▶ PROBLEM STATEMENT: Could you set down exactly the lines in the records below between the line holding "#63=EDGE_CURVE('',#58,#46,#62,.T.);" and the line holding "#98=LINE('',#45,#85);", inclusive?

▶ GIVEN RECORDS:

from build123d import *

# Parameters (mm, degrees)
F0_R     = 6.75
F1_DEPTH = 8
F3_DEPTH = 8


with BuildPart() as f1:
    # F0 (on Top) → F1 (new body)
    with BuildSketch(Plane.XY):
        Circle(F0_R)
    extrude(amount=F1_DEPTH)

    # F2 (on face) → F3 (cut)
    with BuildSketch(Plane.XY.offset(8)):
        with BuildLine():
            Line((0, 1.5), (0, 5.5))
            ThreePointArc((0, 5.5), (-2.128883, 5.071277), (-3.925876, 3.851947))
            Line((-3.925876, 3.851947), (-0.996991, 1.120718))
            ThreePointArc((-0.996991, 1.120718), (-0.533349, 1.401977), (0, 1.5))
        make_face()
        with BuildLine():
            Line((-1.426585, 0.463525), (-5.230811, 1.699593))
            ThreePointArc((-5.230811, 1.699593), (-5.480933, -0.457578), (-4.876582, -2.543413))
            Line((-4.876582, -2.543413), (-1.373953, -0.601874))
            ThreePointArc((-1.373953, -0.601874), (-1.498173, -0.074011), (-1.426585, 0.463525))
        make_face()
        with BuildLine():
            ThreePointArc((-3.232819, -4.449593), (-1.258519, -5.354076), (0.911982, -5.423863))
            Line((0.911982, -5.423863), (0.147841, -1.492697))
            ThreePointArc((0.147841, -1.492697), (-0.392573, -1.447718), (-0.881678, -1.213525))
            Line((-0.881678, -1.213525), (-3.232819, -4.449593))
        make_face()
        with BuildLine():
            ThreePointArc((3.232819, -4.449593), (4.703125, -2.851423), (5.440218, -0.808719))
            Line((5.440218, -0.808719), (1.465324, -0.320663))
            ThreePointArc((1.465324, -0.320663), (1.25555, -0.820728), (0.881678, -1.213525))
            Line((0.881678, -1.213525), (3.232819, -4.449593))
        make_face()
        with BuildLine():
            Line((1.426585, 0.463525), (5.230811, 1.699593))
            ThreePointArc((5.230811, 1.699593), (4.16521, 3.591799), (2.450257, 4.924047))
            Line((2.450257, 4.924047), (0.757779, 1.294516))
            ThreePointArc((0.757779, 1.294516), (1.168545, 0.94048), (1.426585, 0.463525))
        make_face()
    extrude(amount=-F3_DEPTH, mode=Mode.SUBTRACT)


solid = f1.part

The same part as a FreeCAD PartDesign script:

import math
import FreeCAD as App
import Part
import Sketcher

V = App.Vector
Q = App.Units.Quantity

doc = App.newDocument("Part")
body = doc.addObject("PartDesign::Body", "Body")

# Sketch on XY plane
sketch1 = body.newObject("Sketcher::SketchObject", "Sketch")
sketch1.AttachmentSupport = (doc.getObject("XY_Plane"), [""])
sketch1.MapMode = "FlatFace"
sketch1.addGeometry(Part.Circle(V(0, 0, 0), V(0, 0, 1), 6.75), False)
sketch1.addConstraint(Sketcher.Constraint("Coincident", 0, 3, -1, 1))
sketch1.addConstraint(Sketcher.Constraint("Diameter", 0, Q("13.5 mm")))
pad1 = body.newObject("PartDesign::Pad", "Pad")
pad1.Profile = sketch1
pad1.Length = 8

# Sketch on XY plane
sketch2 = body.newObject("Sketcher::SketchObject", "Sketch001")
sketch2.AttachmentSupport = (doc.getObject("XY_Plane"), [""])
sketch2.MapMode = "FlatFace"
sketch2.AttachmentOffset = App.Placement(V(0, 0, 8), App.Rotation())
sketch2.addGeometry(Part.LineSegment(V(0, 1.5, 0), V(0, 5.5, 0)), False)
sketch2.addGeometry(Part.ArcOfCircle(Part.Circle(V(0.000003, -0.000006, 0), V(0, 0, 1), 5.500006), math.radians(90.000029), math.radians(135.544561)), False)
sketch2.addGeometry(Part.LineSegment(V(-3.925876, 3.851947, 0), V(-0.996991, 1.120718, 0)), False)
sketch2.addGeometry(Part.ArcOfCircle(Part.Circle(V(-0.000001, 0.000003, 0), V(0, 0, 1), 1.499997), math.radians(89.999952), math.radians(131.656351)), False)
sketch2.addGeometry(Part.LineSegment(V(-1.426585, 0.463525, 0), V(-5.230811, 1.699593, 0)), False)
sketch2.addGeometry(Part.ArcOfCircle(Part.Circle(V(-0.000004, -0.000001, 0), V(0, 0, 1), 5.499997), math.radians(161.999988), math.radians(207.544599)), False)
sketch2.addGeometry(Part.LineSegment(V(-4.876582, -2.543413, 0), V(-1.373953, -0.601874, 0)), False)
sketch2.addGeometry(Part.ArcOfCircle(Part.Circle(V(-0.000002, 0, 0), V(0, 0, 1), 1.499998), math.radians(162.000017), math.radians(203.656346)), False)
sketch2.addGeometry(Part.ArcOfCircle(Part.Circle(V(0, -0.000001, 0), V(0, 0, 1), 5.499999), math.radians(-126.000014), math.radians(-80.455423)), False)
sketch2.addGeometry(Part.LineSegment(V(0.911982, -5.423863, 0), V(0.147841, -1.492697, 0)), False)
sketch2.addGeometry(Part.ArcOfCircle(Part.Circle(V(0, -0.000004, 0), V(0, 0, 1), 1.499996), math.radians(-126.000109), math.radians(-84.34369)), False)
sketch2.addGeometry(Part.LineSegment(V(-0.881678, -1.213525, 0), V(-3.232819, -4.449593, 0)), False)
sketch2.addGeometry(Part.ArcOfCircle(Part.Circle(V(0.000001, 0, 0), V(0, 0, 1), 5.499999), math.radians(-54), math.radians(-8.455418)), False)
sketch2.addGeometry(Part.LineSegment(V(5.440218, -0.808719, 0), V(1.465324, -0.320663, 0)), False)
sketch2.addGeometry(Part.ArcOfCircle(Part.Circle(V(0.000005, -0.000003, 0), V(0, 0, 1), 1.499994), math.radians(-54.000068), math.radians(-12.343614)), False)
sketch2.addGeometry(Part.LineSegment(V(0.881678, -1.213525, 0), V(3.232819, -4.449593, 0)), False)
sketch2.addGeometry(Part.LineSegment(V(1.426585, 0.463525, 0), V(5.230811, 1.699593, 0)), False)
sketch2.addGeometry(Part.ArcOfCircle(Part.Circle(V(-0.000004, -0.000004, 0), V(0, 0, 1), 5.500005), math.radians(18.000019), math.radians(63.544564)), False)
sketch2.addGeometry(Part.LineSegment(V(2.450257, 4.924047, 0), V(0.757779, 1.294516, 0)), False)
sketch2.addGeometry(Part.ArcOfCircle(Part.Circle(V(-0.000002, -0.000001, 0), V(0, 0, 1), 1.500002), math.radians(17.999998), math.radians(59.656269)), False)
sketch2.addConstraint(Sketcher.Constraint("Coincident", 0, 2, 1, 1))
sketch2.addConstraint(Sketcher.Constraint("Coincident", 1, 2, 2, 1))
sketch2.addConstraint(Sketcher.Constraint("Coincident", 2, 2, 3, 2))
sketch2.addConstraint(Sketcher.Constraint("Coincident", 3, 1, 0, 1))
sketch2.addConstraint(Sketcher.Constraint("Coincident", 4, 2, 5, 1))
sketch2.addConstraint(Sketcher.Constraint("Coincident", 5, 2, 6, 1))
sketch2.addConstraint(Sketcher.Constraint("Coincident", 6, 2, 7, 2))
sketch2.addConstraint(Sketcher.Constraint("Coincident", 7, 1, 4, 1))
sketch2.addConstraint(Sketcher.Constraint("Coincident", 8, 2, 9, 1))
sketch2.addConstraint(Sketcher.Constraint("Coincident", 9, 2, 10, 2))
sketch2.addConstraint(Sketcher.Constraint("Coincident", 10, 1, 11, 1))
sketch2.addConstraint(Sketcher.Constraint("Coincident", 11, 2, 8, 1))
sketch2.addConstraint(Sketcher.Constraint("Coincident", 12, 2, 13, 1))
sketch2.addConstraint(Sketcher.Constraint("Coincident", 13, 2, 14, 2))
sketch2.addConstraint(Sketcher.Constraint("Coincident", 14, 1, 15, 1))
sketch2.addConstraint(Sketcher.Constraint("Coincident", 15, 2, 12, 1))
sketch2.addConstraint(Sketcher.Constraint("Coincident", 16, 2, 17, 1))
sketch2.addConstraint(Sketcher.Constraint("Coincident", 17, 2, 18, 1))
sketch2.addConstraint(Sketcher.Constraint("Coincident", 18, 2, 19, 2))
sketch2.addConstraint(Sketcher.Constraint("Coincident", 19, 1, 16, 1))
sketch2.addConstraint(Sketcher.Constraint("Vertical", 0))
sketch2.addConstraint(Sketcher.Constraint("Coincident", 1, 3, -1, 1))
sketch2.addConstraint(Sketcher.Constraint("Coincident", 3, 3, -1, 1))
sketch2.addConstraint(Sketcher.Constraint("Coincident", 5, 3, -1, 1))
sketch2.addConstraint(Sketcher.Constraint("Coincident", 7, 3, -1, 1))
sketch2.addConstraint(Sketcher.Constraint("Coincident", 8, 3, -1, 1))
sketch2.addConstraint(Sketcher.Constraint("Coincident", 10, 3, -1, 1))
sketch2.addConstraint(Sketcher.Constraint("Coincident", 12, 3, -1, 1))
sketch2.addConstraint(Sketcher.Constraint("Coincident", 14, 3, -1, 1))
sketch2.addConstraint(Sketcher.Constraint("Coincident", 17, 3, -1, 1))
sketch2.addConstraint(Sketcher.Constraint("Coincident", 19, 3, -1, 1))
sketch2.addConstraint(Sketcher.Constraint("Equal", 3, 7))
sketch2.addConstraint(Sketcher.Constraint("Equal", 3, 10))
sketch2.addConstraint(Sketcher.Constraint("Equal", 8, 12))
sketch2.addConstraint(Sketcher.Constraint("Equal", 10, 14))
sketch2.addConstraint(Sketcher.Constraint("Equal", 1, 17))
sketch2.addConstraint(Sketcher.Constraint("Symmetric", 4, 2, 16, 2, -2))
sketch2.addConstraint(Sketcher.Constraint("Symmetric", 7, 1, 19, 1, -2))
sketch2.addConstraint(Sketcher.Constraint("PointOnObject", 0, 2, -2))
sketch2.addConstraint(Sketcher.Constraint("Horizontal", 10, 1, 14, 1))
sketch2.addConstraint(Sketcher.Constraint("Horizontal", 11, 2, 15, 2))
sketch2.addConstraint(Sketcher.Constraint("Equal", 2, 6))
sketch2.addConstraint(Sketcher.Constraint("Equal", 6, 9))
sketch2.addConstraint(Sketcher.Constraint("Equal", 4, 11))
sketch2.addConstraint(Sketcher.Constraint("Equal", 9, 13))
sketch2.addConstraint(Sketcher.Constraint("Equal", 13, 18))
sketch2.addConstraint(Sketcher.Constraint("Radius", 7, Q("1.499998 mm")))
sketch2.addConstraint(Sketcher.Constraint("Radius", 8, Q("5.499999 mm")))
sketch2.addConstraint(Sketcher.Constraint("Angle", 2, Q("-42.999995 deg")))
sketch2.addConstraint(Sketcher.Constraint("Angle", 4, Q("161.999999 deg")))
sketch2.addConstraint(Sketcher.Constraint("Angle", 6, Q("29.000001 deg")))
sketch2.addConstraint(Sketcher.Constraint("Angle", 9, Q("100.999996 deg")))
sketch2.addConstraint(Sketcher.Constraint("Angle", 11, Q("-126 deg")))
sketch2.addConstraint(Sketcher.Constraint("Angle", 13, Q("172.999995 deg")))
sketch2.addConstraint(Sketcher.Constraint("Angle", 18, Q("-114.999999 deg")))
sketch2.addConstraint(Sketcher.Constraint("DistanceY", 6, 2, 7, 1, Q("1.065399 mm")))
sketch2.addConstraint(Sketcher.Constraint("DistanceX", 11, 2, 8, 2, Q("4.144801 mm")))
sketch2.addConstraint(Sketcher.Constraint("DistanceX", 15, 2, 12, 2, Q("2.207399 mm")))
pocket1 = body.newObject("PartDesign::Pocket", "Pocket")
pocket1.Profile = sketch2
pocket1.Length = 8

doc.recompute()
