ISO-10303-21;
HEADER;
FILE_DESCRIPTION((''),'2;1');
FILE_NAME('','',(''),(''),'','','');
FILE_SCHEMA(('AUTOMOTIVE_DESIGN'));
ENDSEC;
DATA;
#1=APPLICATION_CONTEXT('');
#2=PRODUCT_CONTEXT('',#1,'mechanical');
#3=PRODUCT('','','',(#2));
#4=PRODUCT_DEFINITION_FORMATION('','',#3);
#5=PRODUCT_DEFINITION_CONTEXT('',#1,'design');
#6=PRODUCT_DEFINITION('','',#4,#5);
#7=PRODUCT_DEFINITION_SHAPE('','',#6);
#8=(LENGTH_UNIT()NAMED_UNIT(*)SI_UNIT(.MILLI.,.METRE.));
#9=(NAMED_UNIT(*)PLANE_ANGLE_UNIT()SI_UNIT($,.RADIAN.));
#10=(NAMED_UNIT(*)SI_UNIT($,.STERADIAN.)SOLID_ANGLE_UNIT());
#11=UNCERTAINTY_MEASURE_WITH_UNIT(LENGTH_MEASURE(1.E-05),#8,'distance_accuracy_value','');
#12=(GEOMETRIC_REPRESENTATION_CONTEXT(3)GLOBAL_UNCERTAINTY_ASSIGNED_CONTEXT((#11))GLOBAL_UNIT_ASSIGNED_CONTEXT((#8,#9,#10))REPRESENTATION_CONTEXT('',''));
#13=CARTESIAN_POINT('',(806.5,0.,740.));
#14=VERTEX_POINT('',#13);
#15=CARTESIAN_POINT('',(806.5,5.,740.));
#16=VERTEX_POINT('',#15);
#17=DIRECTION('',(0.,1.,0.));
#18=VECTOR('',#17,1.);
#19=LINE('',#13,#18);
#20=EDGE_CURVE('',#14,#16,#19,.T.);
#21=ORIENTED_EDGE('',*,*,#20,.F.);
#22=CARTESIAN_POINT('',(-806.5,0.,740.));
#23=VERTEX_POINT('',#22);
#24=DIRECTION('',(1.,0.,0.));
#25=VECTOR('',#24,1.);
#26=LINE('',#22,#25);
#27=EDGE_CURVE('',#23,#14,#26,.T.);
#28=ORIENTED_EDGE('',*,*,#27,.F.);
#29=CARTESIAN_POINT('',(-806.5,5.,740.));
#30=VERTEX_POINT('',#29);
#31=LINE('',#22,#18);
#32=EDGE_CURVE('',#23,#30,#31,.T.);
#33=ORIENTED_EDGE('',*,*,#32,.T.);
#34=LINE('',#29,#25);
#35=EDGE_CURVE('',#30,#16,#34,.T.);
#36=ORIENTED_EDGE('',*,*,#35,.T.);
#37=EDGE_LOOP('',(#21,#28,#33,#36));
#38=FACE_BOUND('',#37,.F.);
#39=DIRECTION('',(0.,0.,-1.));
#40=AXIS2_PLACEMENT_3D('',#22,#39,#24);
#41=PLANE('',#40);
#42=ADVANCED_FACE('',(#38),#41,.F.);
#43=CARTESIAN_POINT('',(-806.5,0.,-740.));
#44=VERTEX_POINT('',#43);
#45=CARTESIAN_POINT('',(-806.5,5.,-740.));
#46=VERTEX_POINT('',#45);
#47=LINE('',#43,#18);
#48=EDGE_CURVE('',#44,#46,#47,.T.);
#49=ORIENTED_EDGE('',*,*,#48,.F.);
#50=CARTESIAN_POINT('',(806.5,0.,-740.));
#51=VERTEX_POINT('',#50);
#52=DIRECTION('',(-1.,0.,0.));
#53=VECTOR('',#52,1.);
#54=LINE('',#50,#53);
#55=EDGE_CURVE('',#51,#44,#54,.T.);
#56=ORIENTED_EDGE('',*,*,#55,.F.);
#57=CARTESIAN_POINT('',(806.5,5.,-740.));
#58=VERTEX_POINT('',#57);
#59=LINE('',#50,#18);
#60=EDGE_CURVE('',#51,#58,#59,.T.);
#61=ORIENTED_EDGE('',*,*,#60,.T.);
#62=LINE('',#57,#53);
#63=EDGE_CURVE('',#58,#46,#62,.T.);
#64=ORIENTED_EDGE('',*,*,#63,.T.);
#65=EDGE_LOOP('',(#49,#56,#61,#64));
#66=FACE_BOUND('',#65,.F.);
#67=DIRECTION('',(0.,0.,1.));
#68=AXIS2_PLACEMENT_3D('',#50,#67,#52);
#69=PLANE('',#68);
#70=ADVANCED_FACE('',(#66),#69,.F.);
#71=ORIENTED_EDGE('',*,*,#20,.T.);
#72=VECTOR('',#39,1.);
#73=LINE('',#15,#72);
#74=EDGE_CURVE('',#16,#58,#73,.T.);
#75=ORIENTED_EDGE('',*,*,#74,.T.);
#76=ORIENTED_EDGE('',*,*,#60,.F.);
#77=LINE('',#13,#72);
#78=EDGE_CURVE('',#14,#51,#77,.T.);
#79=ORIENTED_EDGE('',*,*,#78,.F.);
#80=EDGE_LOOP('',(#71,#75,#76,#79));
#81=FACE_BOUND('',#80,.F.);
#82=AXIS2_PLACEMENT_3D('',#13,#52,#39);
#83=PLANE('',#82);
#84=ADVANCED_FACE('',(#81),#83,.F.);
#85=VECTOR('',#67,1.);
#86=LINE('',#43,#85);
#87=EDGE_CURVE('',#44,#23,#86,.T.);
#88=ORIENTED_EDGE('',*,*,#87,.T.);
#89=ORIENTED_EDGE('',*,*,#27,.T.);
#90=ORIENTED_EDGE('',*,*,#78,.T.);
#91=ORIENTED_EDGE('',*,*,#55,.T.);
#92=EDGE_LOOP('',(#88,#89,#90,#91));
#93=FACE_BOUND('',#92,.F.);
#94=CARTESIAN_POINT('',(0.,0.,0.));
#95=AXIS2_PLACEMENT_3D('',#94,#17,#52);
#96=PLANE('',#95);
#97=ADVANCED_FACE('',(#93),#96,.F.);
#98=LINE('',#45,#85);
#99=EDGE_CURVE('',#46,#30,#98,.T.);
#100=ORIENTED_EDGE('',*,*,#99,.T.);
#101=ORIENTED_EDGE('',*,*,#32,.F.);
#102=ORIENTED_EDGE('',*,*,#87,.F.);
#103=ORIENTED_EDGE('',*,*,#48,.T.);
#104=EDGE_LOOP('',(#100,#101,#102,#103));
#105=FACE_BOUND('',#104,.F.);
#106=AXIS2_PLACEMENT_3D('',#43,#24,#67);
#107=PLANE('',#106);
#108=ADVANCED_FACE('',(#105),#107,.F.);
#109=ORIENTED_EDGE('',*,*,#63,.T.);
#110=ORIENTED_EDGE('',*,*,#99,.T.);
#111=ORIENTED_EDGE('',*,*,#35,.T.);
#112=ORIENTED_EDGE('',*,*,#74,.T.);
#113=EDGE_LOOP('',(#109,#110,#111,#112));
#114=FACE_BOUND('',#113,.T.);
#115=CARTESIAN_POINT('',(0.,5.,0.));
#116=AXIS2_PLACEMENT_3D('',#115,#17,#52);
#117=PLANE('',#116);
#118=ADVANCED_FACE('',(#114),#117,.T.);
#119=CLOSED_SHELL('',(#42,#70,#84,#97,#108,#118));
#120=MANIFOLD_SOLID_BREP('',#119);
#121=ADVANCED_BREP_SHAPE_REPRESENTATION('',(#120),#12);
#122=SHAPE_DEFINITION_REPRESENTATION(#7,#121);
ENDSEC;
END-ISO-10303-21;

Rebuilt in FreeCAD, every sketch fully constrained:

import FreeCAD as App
import Part
import Sketcher

V = App.Vector
Q = App.Units.Quantity

doc = App.newDocument("Part")
body = doc.addObject("PartDesign::Body", "Body")

sketch1 = body.newObject("Sketcher::SketchObject", "Sketch")
sketch1.AttachmentSupport = (doc.getObject("XZ_Plane"), [""])
sketch1.MapMode = "FlatFace"
sketch1.addGeometry([
    Part.LineSegment(V(-806, -740, 0), V(-806, 740, 0)),
    Part.LineSegment(V(-806, 740, 0), V(806, 740, 0)),
    Part.LineSegment(V(806, 740, 0), V(806, -740, 0)),
    Part.LineSegment(V(806, -740, 0), V(-806, -740, 0)),
], False)
sketch1.addConstraint([
    Sketcher.Constraint("Coincident", 0, 2, 1, 1),
    Sketcher.Constraint("Coincident", 1, 2, 2, 1),
    Sketcher.Constraint("Coincident", 2, 2, 3, 1),
    Sketcher.Constraint("Coincident", 3, 2, 0, 1),
    Sketcher.Constraint("Vertical", 0),
    Sketcher.Constraint("Horizontal", 1),
    Sketcher.Constraint("Vertical", 2),
    Sketcher.Constraint("Horizontal", 3),
    Sketcher.Constraint("Symmetric", 0, 2, 2, 2, -1, 1),
    Sketcher.Constraint("DistanceX", 1, 1, 1, 2, Q("1613 mm")),
    Sketcher.Constraint("DistanceY", 0, 1, 0, 2, Q("1480 mm")),
])
pad1 = body.newObject("PartDesign::Pad", "Pad")
pad1.Profile = sketch1
pad1.Length = 5
pad1.Reversed = True

doc.recompute()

▶ RESULT BELOW:
#63=EDGE_CURVE('',#58,#46,#62,.T.);
#64=ORIENTED_EDGE('',*,*,#63,.T.);
#65=EDGE_LOOP('',(#49,#56,#61,#64));
#66=FACE_BOUND('',#65,.F.);
#67=DIRECTION('',(0.,0.,1.));
#68=AXIS2_PLACEMENT_3D('',#50,#67,#52);
#69=PLANE('',#68);
#70=ADVANCED_FACE('',(#66),#69,.F.);
#71=ORIENTED_EDGE('',*,*,#20,.T.);
#72=VECTOR('',#39,1.);
#73=LINE('',#15,#72);
#74=EDGE_CURVE('',#16,#58,#73,.T.);
#75=ORIENTED_EDGE('',*,*,#74,.T.);
#76=ORIENTED_EDGE('',*,*,#60,.F.);
#77=LINE('',#13,#72);
#78=EDGE_CURVE('',#14,#51,#77,.T.);
#79=ORIENTED_EDGE('',*,*,#78,.F.);
#80=EDGE_LOOP('',(#71,#75,#76,#79));
#81=FACE_BOUND('',#80,.F.);
#82=AXIS2_PLACEMENT_3D('',#13,#52,#39);
#83=PLANE('',#82);
#84=ADVANCED_FACE('',(#81),#83,.F.);
#85=VECTOR('',#67,1.);
#86=LINE('',#43,#85);
#87=EDGE_CURVE('',#44,#23,#86,.T.);
#88=ORIENTED_EDGE('',*,*,#87,.T.);
#89=ORIENTED_EDGE('',*,*,#27,.T.);
#90=ORIENTED_EDGE('',*,*,#78,.T.);
#91=ORIENTED_EDGE('',*,*,#55,.T.);
#92=EDGE_LOOP('',(#88,#89,#90,#91));
#93=FACE_BOUND('',#92,.F.);
#94=CARTESIAN_POINT('',(0.,0.,0.));
#95=AXIS2_PLACEMENT_3D('',#94,#17,#52);
#96=PLANE('',#95);
#97=ADVANCED_FACE('',(#93),#96,.F.);
#98=LINE('',#45,#85);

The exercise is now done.